A sexy vocal technique used by Kim Kardashian and Katy Perry is also being used by dolphins and whales to help them catch their prey, says a new study.

Vocal fry is characterised by dragging out certain syllables to make them deep and raspy and is used by a host of Hollywood celebrities.

Now researchers from the University of Southern Denmark and Aarhus University have discovered that whales use it to echolocate their food.

The technique – says the study – is common among sperm whales, killer whales, dolphins and porpoises.

Vocal fry is one of the toothed whales’ three vocal ranges.

Per G. Henriksen, Aarhus University, Denmark/Newsflash; Fjord and Baelt Center, Kerteminde, Denmark/Newsflash

Others are the normal speaking voice and the falsetto register characterised with higher frequencies.

Voice scientist at the Department of Biology at the University of Southern Denmark Professor Coen Elemans said in a statement obtained by Newsflash: “Vocal fry is a normal voice register that is often used in American English.

“Kim Kardashian, Katy Perry and Scarlett Johannsen are well-known people using this register.

“During vocal fry, the vocal folds are only open for a very short time, and therefore it takes very little breathing air to use this register.”

Whale biologist at the Department of Biology at the Aarhus University in Denmark Professor Peter Madsen, added: “And this air-economy makes it especially ideal for echolocation.

“During deep dives, all air is compressed to a tiny fraction of the volume on the surface.”

Toothed whales which dive as deep as 2,000 meters (6,561 feet) and catch more fish than the whole human fishing industry reportedly produce short, powerful and ultrasonic echolocation clicks.

Image shows infographic explaining how toothed whales produce sound, undated photo.
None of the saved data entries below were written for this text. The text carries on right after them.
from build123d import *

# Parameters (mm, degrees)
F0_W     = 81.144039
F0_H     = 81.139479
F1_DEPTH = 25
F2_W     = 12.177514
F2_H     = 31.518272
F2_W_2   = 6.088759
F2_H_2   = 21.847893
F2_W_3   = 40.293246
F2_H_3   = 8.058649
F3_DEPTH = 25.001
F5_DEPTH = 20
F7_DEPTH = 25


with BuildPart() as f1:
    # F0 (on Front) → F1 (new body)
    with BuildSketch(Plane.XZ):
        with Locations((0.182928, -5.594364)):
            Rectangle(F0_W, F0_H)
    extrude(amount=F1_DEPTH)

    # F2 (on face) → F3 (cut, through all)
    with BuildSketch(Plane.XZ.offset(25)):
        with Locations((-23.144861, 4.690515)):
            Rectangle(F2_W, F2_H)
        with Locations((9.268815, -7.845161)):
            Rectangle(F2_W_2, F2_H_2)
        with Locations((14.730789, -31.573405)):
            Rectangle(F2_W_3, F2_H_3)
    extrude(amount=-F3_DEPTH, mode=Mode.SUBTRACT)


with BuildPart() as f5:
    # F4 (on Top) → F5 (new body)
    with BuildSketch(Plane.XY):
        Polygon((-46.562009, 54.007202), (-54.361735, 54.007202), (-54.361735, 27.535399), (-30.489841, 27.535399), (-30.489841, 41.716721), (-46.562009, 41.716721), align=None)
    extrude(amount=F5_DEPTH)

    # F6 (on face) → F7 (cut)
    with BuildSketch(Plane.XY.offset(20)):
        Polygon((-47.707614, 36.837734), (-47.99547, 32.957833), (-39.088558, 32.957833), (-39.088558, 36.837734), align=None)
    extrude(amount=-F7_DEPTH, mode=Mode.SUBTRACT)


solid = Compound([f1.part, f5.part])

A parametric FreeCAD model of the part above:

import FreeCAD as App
import Part
import Sketcher
from FreeCAD import Vector

doc = App.newDocument("Part")
body = doc.addObject("PartDesign::Body", "Body")

# Sketch on XZ plane
sketch1 = body.newObject("Sketcher::SketchObject", "Sketch")
sketch1.AttachmentSupport = (doc.getObject("XZ_Plane"), [""])
sketch1.MapMode = "FlatFace"
sketch1.addGeometry([
    Part.LineSegment(Vector(-40, 35, 0), Vector(-40, -46, 0)),
    Part.LineSegment(Vector(-40, -46, 0), Vector(41, -46, 0)),
    Part.LineSegment(Vector(41, -46, 0), Vector(41, 35, 0)),
    Part.LineSegment(Vector(41, 35, 0), Vector(-40, 35, 0)),
], False)
sketch1.addConstraint([
    Sketcher.Constraint("Coincident", 0, 2, 1, 1),
    Sketcher.Constraint("Coincident", 1, 2, 2, 1),
    Sketcher.Constraint("Coincident", 2, 2, 3, 1),
    Sketcher.Constraint("Coincident", 3, 2, 0, 1),
    Sketcher.Constraint("Vertical", 0),
    Sketcher.Constraint("Horizontal", 1),
    Sketcher.Constraint("Vertical", 2),
    Sketcher.Constraint("Horizontal", 3),
    Sketcher.Constraint("DistanceX", 1, 1, 1, 2, 81.144039),
    Sketcher.Constraint("DistanceY", 0, 2, 0, 1, 81.139479),
    Sketcher.Constraint("DistanceX", 0, 2, -1, 1, 40.389091),
    Sketcher.Constraint("DistanceY", 0, 2, -1, 1, 46.164104),
])
pad1 = body.newObject("PartDesign::Pad", "Pad")
pad1.Profile = sketch1
pad1.Length = 25

# Sketch on XZ plane
sketch2 = body.newObject("Sketcher::SketchObject", "Sketch001")
sketch2.AttachmentSupport = (doc.getObject("XZ_Plane"), [""])
sketch2.MapMode = "FlatFace"
sketch2.AttachmentOffset = App.Placement(Vector(0, 0, 25), App.Rotation())
sketch2.addGeometry([
    Part.LineSegment(Vector(-29, 20, 0), Vector(-29, -11, 0)),  # 0
    Part.LineSegment(Vector(-29, -11, 0), Vector(-17, -11, 0)),  # 1
    Part.LineSegment(Vector(-17, -11, 0), Vector(-17, 20, 0)),  # 2
    Part.LineSegment(Vector(-17, 20, 0), Vector(-29, 20, 0)),  # 3
    Part.LineSegment(Vector(6, 3, 0), Vector(6, -19, 0)),  # 4
    Part.LineSegment(Vector(6, -19, 0), Vector(12, -19, 0)),  # 5
    Part.LineSegment(Vector(12, -19, 0), Vector(12, 3, 0)),  # 6
    Part.LineSegment(Vector(12, 3, 0), Vector(6, 3, 0)),  # 7
    Part.LineSegment(Vector(-5, -28, 0), Vector(-5, -36, 0)),  # 8
    Part.LineSegment(Vector(-5, -36, 0), Vector(35, -36, 0)),  # 9
    Part.LineSegment(Vector(35, -36, 0), Vector(35, -28, 0)),  # 10
    Part.LineSegment(Vector(35, -28, 0), Vector(-5, -28, 0)),  # 11
], False)
sketch2.addConstraint([
    Sketcher.Constraint("Coincident", 0, 2, 1, 1),
    Sketcher.Constraint("Coincident", 1, 2, 2, 1),
    Sketcher.Constraint("Coincident", 2, 2, 3, 1),
    Sketcher.Constraint("Coincident", 3, 2, 0, 1),
    Sketcher.Constraint("Coincident", 4, 2, 5, 1),
    Sketcher.Constraint("Coincident", 5, 2, 6, 1),
    Sketcher.Constraint("Coincident", 6, 2, 7, 1),
    Sketcher.Constraint("Coincident", 7, 2, 4, 1),
    Sketcher.Constraint("Coincident", 8, 2, 9, 1),
    Sketcher.Constraint("Coincident", 9, 2, 10, 1),
    Sketcher.Constraint("Coincident", 10, 2, 11, 1),
    Sketcher.Constraint("Coincident", 11, 2, 8, 1),
    Sketcher.Constraint("Vertical", 0),
    Sketcher.Constraint("Horizontal", 1),
    Sketcher.Constraint("Vertical", 2),
    Sketcher.Constraint("Horizontal", 3),
    Sketcher.Constraint("Vertical", 4),
    Sketcher.Constraint("Horizontal", 5),
    Sketcher.Constraint("Vertical", 6),
    Sketcher.Constraint("Horizontal", 7),
    Sketcher.Constraint("Vertical", 8),
    Sketcher.Constraint("Horizontal", 9),
    Sketcher.Constraint("Vertical", 10),
    Sketcher.Constraint("Horizontal", 11),
    Sketcher.Constraint("DistanceX", 5, 1, 5, 2, 6.088759),
    Sketcher.Constraint("DistanceY", 0, 2, 0, 1, 31.518272),
    Sketcher.Constraint("DistanceY", 8, 2, 8, 1, 8.058649),
    Sketcher.Constraint("DistanceX", 1, 2, 5, 2, 29.369298),
    Sketcher.Constraint("DistanceX", 1, 1, 1, 2, 12.177514),
    Sketcher.Constraint("DistanceX", 9, 1, 9, 2, 40.293246),
    Sketcher.Constraint("DistanceY", 4, 2, 4, 1, 21.847893),
    Sketcher.Constraint("DistanceX", 0, 2, -1, 1, 29.233618),
    Sketcher.Constraint("DistanceY", 0, 2, -1, 1, 11.068621),
    Sketcher.Constraint("DistanceY", 8, 2, -1, 1, 35.60273),
    Sketcher.Constraint("DistanceY", 4, 2, 2, 2, 39.218758),
    Sketcher.Constraint("DistanceX", 8, 2, 4, 2, 11.64027),
])
pocket1 = body.newObject("PartDesign::Pocket", "Pocket")
pocket1.Profile = sketch2
pocket1.Type = "ThroughAll"
body2 = doc.addObject("PartDesign::Body", "Body001")

# Sketch on XY plane
sketch3 = body2.newObject("Sketcher::SketchObject", "Sketch002")
sketch3.AttachmentSupport = (doc.getObject("XY_Plane001"), [""])
sketch3.MapMode = "FlatFace"
sketch3.addGeometry([
    Part.LineSegment(Vector(-47, 54, 0), Vector(-54, 54, 0)),  # 0
    Part.LineSegment(Vector(-54, 54, 0), Vector(-54, 28, 0)),  # 1
    Part.LineSegment(Vector(-54, 28, 0), Vector(-30, 28, 0)),  # 2
    Part.LineSegment(Vector(-30, 28, 0), Vector(-30, 42, 0)),  # 3
    Part.LineSegment(Vector(-30, 42, 0), Vector(-47, 42, 0)),  # 4
    Part.LineSegment(Vector(-47, 42, 0), Vector(-47, 54, 0)),  # 5
], False)
sketch3.addConstraint([
    Sketcher.Constraint("Coincident", 0, 2, 1, 1),
    Sketcher.Constraint("Coincident", 1, 2, 2, 1),
    Sketcher.Constraint("Coincident", 2, 2, 3, 1),
    Sketcher.Constraint("Coincident", 3, 2, 4, 1),
    Sketcher.Constraint("Coincident", 4, 2, 5, 1),
    Sketcher.Constraint("Coincident", 5, 2, 0, 1),
    Sketcher.Constraint("Horizontal", 0),
    Sketcher.Constraint("Vertical", 1),
    Sketcher.Constraint("Horizontal", 2),
    Sketcher.Constraint("Vertical", 3),
    Sketcher.Constraint("Horizontal", 4),
    Sketcher.Constraint("Vertical", 5),
    Sketcher.Constraint("DistanceX", 4, 2, 4, 1, 16.072168),
    Sketcher.Constraint("DistanceY", 3, 1, 3, 2, 14.181322),
    Sketcher.Constraint("DistanceY", 5, 1, 5, 2, 12.290481),
    Sketcher.Constraint("DistanceY", -1, 1, 1, 2, 27.535399),
    Sketcher.Constraint("DistanceX", 0, 2, 0, 1, 7.799726),
    Sketcher.Constraint("DistanceX", 2, 2, -1, 1, 30.489841),
])
pad2 = body2.newObject("PartDesign::Pad", "Pad001")
pad2.Profile = sketch3
pad2.Length = 20

# Sketch on XY plane
sketch4 = body2.newObject("Sketcher::SketchObject", "Sketch003")
sketch4.AttachmentSupport = (doc.getObject("XY_Plane001"), [""])
sketch4.MapMode = "FlatFace"
sketch4.AttachmentOffset = App.Placement(Vector(0, 0, 20), App.Rotation())
sketch4.addGeometry([
    Part.LineSegment(Vector(-47.7, 36.8, 0), Vector(-48, 33, 0)),
    Part.LineSegment(Vector(-48, 33, 0), Vector(-39.1, 33, 0)),
    Part.LineSegment(Vector(-39.1, 33, 0), Vector(-39.1, 36.8, 0)),
    Part.LineSegment(Vector(-39.1, 36.8, 0), Vector(-47.7, 36.8, 0)),
], False)
sketch4.addConstraint([
    Sketcher.Constraint("Coincident", 0, 2, 1, 1),
    Sketcher.Constraint("Coincident", 1, 2, 2, 1),
    Sketcher.Constraint("Coincident", 2, 2, 3, 1),
    Sketcher.Constraint("Coincident", 3, 2, 0, 1),
    Sketcher.Constraint("Horizontal", 1),
    Sketcher.Constraint("Vertical", 2),
    Sketcher.Constraint("Horizontal", 3),
    Sketcher.Constraint("DistanceY", 2, 1, 2, 2, 3.879901),
    Sketcher.Constraint("DistanceX", 1, 1, 1, 2, 8.906912),
    Sketcher.Constraint("DistanceX", 3, 2, 3, 1, 8.619056),
    Sketcher.Constraint("DistanceX", 0, 2, -1, 1, 47.99547),
    Sketcher.Constraint("DistanceY", -1, 1, 0, 2, 32.957833),
])
pocket2 = body2.newObject("PartDesign::Pocket", "Pocket001")
pocket2.Profile = sketch4
pocket2.Length = 25

doc.recompute()
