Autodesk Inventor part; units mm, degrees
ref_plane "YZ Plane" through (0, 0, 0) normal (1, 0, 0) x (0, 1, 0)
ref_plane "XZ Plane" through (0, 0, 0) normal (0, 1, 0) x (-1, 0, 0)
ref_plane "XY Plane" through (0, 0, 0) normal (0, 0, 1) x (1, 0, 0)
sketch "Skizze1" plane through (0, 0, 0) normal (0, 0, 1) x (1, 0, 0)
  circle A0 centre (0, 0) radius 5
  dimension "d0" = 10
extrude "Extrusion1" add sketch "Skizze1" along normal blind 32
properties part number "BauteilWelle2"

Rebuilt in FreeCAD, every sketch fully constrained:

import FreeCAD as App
import Part
import Sketcher
Q = App.Units.Quantity

doc = App.newDocument("Part")
params = doc.addObject("Spreadsheet::Sheet", "Params")
for row, (alias, value) in enumerate([
    ("sketch1_diameter", "10 mm"),
    ("pad1_length", "32 mm"),
], start=1):
    params.set(f"A{row}", alias)
    params.set(f"B{row}", "=" + value)
    params.setAlias(f"B{row}", alias)

body = doc.addObject("PartDesign::Body", "Body")

# Sketch on XY plane
sketch1 = doc.addObject("Sketcher::SketchObject", "Sketch")
body.addObject(sketch1)
sketch1.AttachmentSupport = (doc.XY_Plane, [""])
sketch1.MapMode = "FlatFace"
sketch1.addGeometry(Part.Circle(App.Vector(0, 0, 0), App.Vector(0, 0, 1), 5), False)
sketch1.addConstraint([
    Sketcher.Constraint("Coincident", 0, 3, -1, 1),
    Sketcher.Constraint("Diameter", 0, Q("10 mm")),
])
sketch1.setExpression("Constraints[1]", "Params.sketch1_diameter")
pad1 = doc.addObject("PartDesign::Pad", "Pad")
body.addObject(pad1)
pad1.Profile = sketch1
pad1.setExpression("Length", "Params.pad1_length")

doc.recompute()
A study showed that toothed whales catch food in the deep using vocal fry. (Mikkel Larris, University of Southern Denmark/Newsflash)

At rates of up to 700 per second, these clicks serve them to locate, track and catch prey, according to the study.

Madsen said: “Thus vocal fry allows whales access to the richest food niches on earth; the deep ocean.”

Elemans added: ” While vocal fry may be controversial in humans and may be perceived as everything from annoying to authoritative, it doubtlessly made toothed whales an evolutionary success story.”

The study reportedly outthrew previous outdated research that toothed whales make sounds with their larynx just as other mammals.

Additionally, it showed that they have evolved an air-driven sound production system in their nose, that functions physically analogous to laryngeal and syringeal sound production in mammals and birds.

Madsen explained: “Evolution has moved it from the trachea into the nose, which allowed much higher driving pressures – up to five times what a trumpet player can generate – without damaging lung tissues.”

Image shows the deployment of a sound recording tag on the sound producing nose of a sperm whale, undated photo. A study showed that toothed whales catch food in the deep using vocal fry. (Per G. Henriksen, Aarhus University, Denmark/Newsflash)

Elemans explained that at depths of more than 100 metres (328 feet) whale lungs collapse to escape compression sickness and as such they do not provide air supply.

The remaining air however, is located in whales’ nasal passages of the skull which provides a small but sufficient airspace to produce echolocating sound at astonishing depths.

When echolocating toothed whales pressurise air in their bony nose it then passes structures called phonic lips which vibrate like vocal cords, says the study.

Elemans added: “This high driving pressure allows toothed whales to make the loudest sounds of any animal on the planet.”

As well as echolocation, toothed whales use their chest and falsetto registers for complex social communication.

Madsen said: “Some species, like killer and pilot whales, make very complex calls that are learned and passed on culturally like human dialects.”

The researchers who spent nearly a decade on the study reportedly used several approaches with both trained dolphins and animals in the wild to record their sounds.

The live recordings were made at Dolfinarium Harderwijk aquarium in Holland.

Image shows an underwater recording of an echolocating harbor porpoise (Phocoena phocoena) catching a fish with a buzz that involves 400 clicks/second. A study showed that toothed whales catch food in the deep using vocal fry. (Fjord and Baelt Center, Kerteminde, Denmark/NewsflashDenmark/Newsflash)

Elemans concluded: “It took us close to 10 years to develop new techniques, gather and analyse all our data.”

Biophysicist and voice researcher from the Department of Behavioral and Cognitive Biology at the University of Vienna Christian Herbst who carried out a similar study said: “It is impressive that many mammals have vocal capabilities that are physically comparable to those of humans and use them accordingly in non-verbal communication.

“But the fact that we can also use the voice to sing opera or heavy metal, for example, is impressively unique to us in the animal kingdom.”

The study was published in the peer-reviewed academic journal ‘Science’ on Thursday, 2nd March 2023.